I know in picture 3 that the horizontal 2X4's are toast. So if the 2X10 is not damaged all the way through then there is nothing I need to do? is there anything I can fill it with?


----------



## buletbob (May 9, 2008)

Build a temporary wall in the basement under the floor joists that sit on the plate. hold the wall back about 1 foot. because you will be working from the outside on this repair. once your wall is built ( I usually cut my studs for the support wall 3/8-1/2" longer and bang them in with a sledgehammer to make them straight. ) this will take some of the pressure of the wall below.
Then remove the damaged studs and top plate, keeping in mind not to have the new plates but to the old. have them lap over the old about 2 ft.
I like to use LVL's for my outside box because its already at the dimension of the existing piece that's being replaced, If not I rip it down to the proper size. no shrinking. You could use green lumber but I feel you would have to rip it which will create a problem latter on down the road when it shrinks. or install it green which in most cases it will be over sized leaving a hump on the outside wall until it shrinks to its natural state.
This is an easy repair because the siding is already removed.
OH buy the way I would not reinstall l vinyl siding over that foil board.
You also need to make sure you solved the problem with the termites, your sill plates are ground level which makes this a bad condition, Use ACQ FOR YOUR BOTTOM PLATES. GOOD LUCK Bob.
.


----------



## Big Bob (Jul 27, 2007)

The extent of the damage is really an eyes on call..
Know that most codes allow notch or hole 25% of dementional lumber size before additional support is required. 

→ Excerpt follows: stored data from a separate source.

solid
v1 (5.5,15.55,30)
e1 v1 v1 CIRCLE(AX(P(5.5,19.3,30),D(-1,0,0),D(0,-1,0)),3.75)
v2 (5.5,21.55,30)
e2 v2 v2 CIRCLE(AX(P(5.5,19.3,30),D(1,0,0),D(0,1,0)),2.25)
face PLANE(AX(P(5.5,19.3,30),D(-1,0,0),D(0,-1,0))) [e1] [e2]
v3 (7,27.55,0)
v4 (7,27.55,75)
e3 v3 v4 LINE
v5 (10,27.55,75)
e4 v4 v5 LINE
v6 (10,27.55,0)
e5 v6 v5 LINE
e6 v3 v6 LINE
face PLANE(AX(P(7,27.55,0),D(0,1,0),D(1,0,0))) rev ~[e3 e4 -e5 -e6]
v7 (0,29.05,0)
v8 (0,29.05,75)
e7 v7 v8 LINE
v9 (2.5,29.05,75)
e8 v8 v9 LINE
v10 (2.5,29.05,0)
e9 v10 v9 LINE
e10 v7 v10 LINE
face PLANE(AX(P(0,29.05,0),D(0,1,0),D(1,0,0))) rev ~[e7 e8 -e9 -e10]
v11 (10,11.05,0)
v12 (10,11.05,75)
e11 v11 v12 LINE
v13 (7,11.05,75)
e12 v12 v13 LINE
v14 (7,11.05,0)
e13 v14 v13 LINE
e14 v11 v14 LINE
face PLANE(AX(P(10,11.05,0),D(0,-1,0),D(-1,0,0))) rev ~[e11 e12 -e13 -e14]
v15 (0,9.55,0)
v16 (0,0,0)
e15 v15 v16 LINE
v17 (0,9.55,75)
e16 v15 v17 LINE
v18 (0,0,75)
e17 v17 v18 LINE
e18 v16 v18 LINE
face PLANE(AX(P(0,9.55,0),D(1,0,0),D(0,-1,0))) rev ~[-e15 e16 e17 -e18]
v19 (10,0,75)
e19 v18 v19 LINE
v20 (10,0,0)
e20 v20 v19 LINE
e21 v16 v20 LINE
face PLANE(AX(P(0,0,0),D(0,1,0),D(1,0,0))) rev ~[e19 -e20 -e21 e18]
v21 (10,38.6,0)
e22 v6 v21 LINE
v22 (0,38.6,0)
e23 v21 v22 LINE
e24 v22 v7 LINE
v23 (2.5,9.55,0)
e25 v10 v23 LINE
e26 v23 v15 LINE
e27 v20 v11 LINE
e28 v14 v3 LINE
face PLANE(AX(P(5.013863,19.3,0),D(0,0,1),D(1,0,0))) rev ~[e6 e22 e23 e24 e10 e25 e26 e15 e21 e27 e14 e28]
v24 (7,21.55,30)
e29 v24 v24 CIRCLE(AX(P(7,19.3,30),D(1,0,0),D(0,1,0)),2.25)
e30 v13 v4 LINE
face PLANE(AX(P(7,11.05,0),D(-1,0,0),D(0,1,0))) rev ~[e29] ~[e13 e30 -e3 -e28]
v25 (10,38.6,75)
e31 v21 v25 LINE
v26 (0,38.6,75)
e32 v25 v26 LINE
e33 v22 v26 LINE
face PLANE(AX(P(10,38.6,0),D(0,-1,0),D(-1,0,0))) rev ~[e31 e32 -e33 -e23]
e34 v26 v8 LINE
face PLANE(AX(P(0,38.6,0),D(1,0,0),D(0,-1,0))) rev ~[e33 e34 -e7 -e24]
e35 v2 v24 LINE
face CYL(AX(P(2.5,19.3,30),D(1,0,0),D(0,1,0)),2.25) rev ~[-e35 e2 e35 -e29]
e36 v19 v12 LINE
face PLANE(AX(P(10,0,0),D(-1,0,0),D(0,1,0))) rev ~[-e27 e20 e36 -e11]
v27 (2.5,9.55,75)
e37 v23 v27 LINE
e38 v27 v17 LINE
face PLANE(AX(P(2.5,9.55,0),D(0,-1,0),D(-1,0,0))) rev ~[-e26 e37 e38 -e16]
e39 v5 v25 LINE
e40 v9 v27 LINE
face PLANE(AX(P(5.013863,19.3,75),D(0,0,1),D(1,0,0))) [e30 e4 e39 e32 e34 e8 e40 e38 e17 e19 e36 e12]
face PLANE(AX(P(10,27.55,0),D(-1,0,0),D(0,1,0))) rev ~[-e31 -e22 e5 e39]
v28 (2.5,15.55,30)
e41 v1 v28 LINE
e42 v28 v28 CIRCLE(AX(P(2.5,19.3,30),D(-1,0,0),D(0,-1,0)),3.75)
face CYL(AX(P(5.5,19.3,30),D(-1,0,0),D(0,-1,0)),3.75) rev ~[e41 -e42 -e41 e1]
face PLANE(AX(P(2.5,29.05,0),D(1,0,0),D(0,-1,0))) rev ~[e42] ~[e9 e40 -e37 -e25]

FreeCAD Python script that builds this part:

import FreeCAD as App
import Part
import Sketcher

V = App.Vector


def add_polygon(sketch, points):
    """Adds a closed chain of lines whose ends are joined by coincident constraints."""
    first, n = sketch.GeometryCount, len(points)
    for a, b in zip(points, points[1:] + points[:1]):
        sketch.addGeometry(Part.LineSegment(App.Vector(*a, 0), App.Vector(*b, 0)), False)
    for i in range(n):
        sketch.addConstraint(Sketcher.Constraint("Coincident", first + i, 2, first + (i + 1) % n, 1))

doc = App.newDocument("Part")
params = doc.addObject("Spreadsheet::Sheet", "Params")
for row, (alias, value) in enumerate([
    ("sketch1_width", "10 mm"),
    ("sketch1_width2", "3 mm"),
    ("sketch1_width3", "2.5 mm"),
    ("sketch1_height", "16.5 mm"),
    ("sketch1_height2", "19.5 mm"),
    ("pad1_length", "75 mm"),
    ("sketch2_diameter", "4.5 mm"),
    ("hole_diameter", "4.5 mm"),
    ("hole_cbore_diameter", "7.5 mm"),
    ("hole_cbore_depth", "3 mm"),
], start=1):
    params.set(f"A{row}", alias)
    params.set(f"B{row}", "=" + value)
    params.setAlias(f"B{row}", alias)

body = doc.addObject("PartDesign::Body", "Body")

# Sketch on XY plane
sketch1 = body.newObject("Sketcher::SketchObject", "Sketch")
sketch1.AttachmentSupport = (doc.getObject("XY_Plane"), [""])
sketch1.MapMode = "FlatFace"
add_polygon(sketch1, [(0, 9.6), (0, 0), (10, 0), (10, 11.1), (7, 11.1), (7, 27.6), (10, 27.6), (10, 38.6), (0, 38.6), (0, 29.1), (2.5, 29.1), (2.5, 9.6)])  # lines 0-11
sketch1.addConstraint(Sketcher.Constraint("Vertical", 0))
sketch1.addConstraint(Sketcher.Constraint("Horizontal", 1))
sketch1.addConstraint(Sketcher.Constraint("Vertical", 2))
sketch1.addConstraint(Sketcher.Constraint("Horizontal", 3))
sketch1.addConstraint(Sketcher.Constraint("Vertical", 4))
sketch1.addConstraint(Sketcher.Constraint("Horizontal", 5))
sketch1.addConstraint(Sketcher.Constraint("Vertical", 6))
sketch1.addConstraint(Sketcher.Constraint("Horizontal", 7))
sketch1.addConstraint(Sketcher.Constraint("Vertical", 8))
sketch1.addConstraint(Sketcher.Constraint("Horizontal", 9))
sketch1.addConstraint(Sketcher.Constraint("Vertical", 10))
sketch1.addConstraint(Sketcher.Constraint("Horizontal", 11))
sketch1.addConstraint(Sketcher.Constraint("Coincident", 0, 2, -1, 1))
sketch1.addConstraint(Sketcher.Constraint("PointOnObject", 7, 2, -2))
sketch1.addConstraint(Sketcher.Constraint("Vertical", 2, 2, 5, 2))
sketch1.addConstraint(Sketcher.Constraint("Equal", 2, 6))
sketch1.addConstraint(Sketcher.Constraint("Equal", 0, 8))
sketch1.addConstraint(Sketcher.Constraint("DistanceX", 1, 1, 1, 2, 10.0))
sketch1.addConstraint(Sketcher.Constraint("DistanceX", 3, 2, 3, 1, 3.0))
sketch1.addConstraint(Sketcher.Constraint("DistanceX", 9, 1, 9, 2, 2.5))
sketch1.addConstraint(Sketcher.Constraint("DistanceY", 4, 1, 4, 2, 16.5))
sketch1.addConstraint(Sketcher.Constraint("DistanceY", 10, 2, 10, 1, 19.5))
sketch1.addConstraint(Sketcher.Constraint("DistanceY", 0, 2, 0, 1, 9.55))
sketch1.setExpression("Constraints[29]", "Params.sketch1_width")
sketch1.setExpression("Constraints[30]", "Params.sketch1_width2")
sketch1.setExpression("Constraints[31]", "Params.sketch1_width3")
sketch1.setExpression("Constraints[32]", "Params.sketch1_height")
sketch1.setExpression("Constraints[33]", "Params.sketch1_height2")
pad1 = body.newObject("PartDesign::Pad", "Pad")
pad1.Profile = sketch1
pad1.setExpression("Length", "Params.pad1_length")

# Sketch on YZ plane
sketch2 = body.newObject("Sketcher::SketchObject", "Sketch001")
sketch2.AttachmentSupport = (doc.getObject("YZ_Plane"), [""])
sketch2.MapMode = "FlatFace"
sketch2.AttachmentOffset = App.Placement(V(0, 0, 2.5), App.Rotation())
sketch2.addGeometry(Part.Circle(V(19.3, 30, 0), V(0, 0, 1), 2.2), False)
sketch2.addConstraint(Sketcher.Constraint("Diameter", 0, 4.5))
sketch2.addConstraint(Sketcher.Constraint("DistanceY", -1, 1, 0, 3, 30.0))
sketch2.addConstraint(Sketcher.Constraint("DistanceX", -1, 1, 0, 3, 19.3))
sketch2.setExpression("Constraints[0]", "Params.sketch2_diameter")
doc.recompute()
hole = body.newObject("PartDesign::Hole", "Hole")
hole.Profile = sketch2
hole.ThreadType = "None"
hole.setExpression("Diameter", "Params.hole_diameter")
hole.DepthType = "ThroughAll"
hole.HoleCutType = "Counterbore"
hole.setExpression("HoleCutDiameter", "Params.hole_cbore_diameter")
hole.setExpression("HoleCutDepth", "Params.hole_cbore_depth")
hole.Reversed = True

doc.recompute()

Also will you need surface to secure new siding? Plan it through.

Think about resale... and question marks visual damage generate.

Block in and bondo/ steel angle iron / all kinds of ways to get the job done. 

The trick is to not make more work than you need and get the results you want with out going broke.


----------



## iammos (Jul 20, 2008)

thanks. I will be removing the foil and replacing it with osb and covering it with Tyvec. i am installing hardiplank.


----------



## Big Bob (Jul 27, 2007)

Sounds like a good plan..

You must be in south GA... that looked like FL termite leavens...

hope your project goes well


----------



## TVC15 (Jul 4, 2008)

*Fill it with PC7 2 part epoxy*

>> is there anything I can fill it with? <<

After cleaning out the scraps of wood and, it looks like minimal damage. Fill it with PC7 2 part epoxy. More expensive than Bondo but, you get what you pay for.

PC7 is similar to a product in England being used to restore rotted timbers in ancient/historical structures. A timber form is created, rebar added and a epoxy resin is poured into the form/mold.


----------



## buletbob (May 9, 2008)

I agree that there are many repair products out there. And by all means not to disrespect the other posters, Being the type of contractor that i am and never taking a band aid approach on structure. You have a wall supporting a floor load and a roof load above. I would replace what has to be replaced with the same. And as far as the OSB you might rethink that idea At grade level. because the sheathing is to close to grade. it could wick water and you will have the same problem drawing the insects back to the moisture.
Keep us posted BOB


----------



## downunder (Jun 13, 2008)

> never taking a band aid approach on structure.


Good advice there!:thumbsup:

As a retired forensics investigator (like on CSI), those are great photos!


----------



## Termite (Apr 13, 2008)

buletbob said:


> I agree that there are many repair products out there. And by all means not to disrespect the other posters, Being the type of contractor that i am and never taking a band aid approach on structure. You have a wall supporting a floor load and a roof load above.


Ditto. :thumbsup:


----------



## iammos (Jul 20, 2008)

So what should I use close to the ground instead of OSB? Now is the time for me to do this... I am replacing the studs with treated lumber. I had some in my garage that is nice and dry ( I don't have to worry about shrinkage).


----------



## buletbob (May 9, 2008)

iammos said:


> So what should I use close to the ground instead of OSB? Now is the time for me to do this... I am replacing the studs with treated lumber. I had some in my garage that is nice and dry ( I don't have to worry about shrinkage).


I would use a fir or pine sheathing and pick up some coil stock and make a 1" 90 degree bend under the sill and have the rest come up the sheathing at least 8"-10" then cover with Ice & water shield. It looks to me that the sheathing is right at the top of your walk way- patio I would be concerned about a driving rain hitting up against the house and the water splashing its way up the wall sheathing. This way you will be pretty much protected.
As far as your repair it looks to be fairly easy, just watch out for the AC Line set in the wall and your waste line. you don't want to damage them.
Good Luck BOB


----------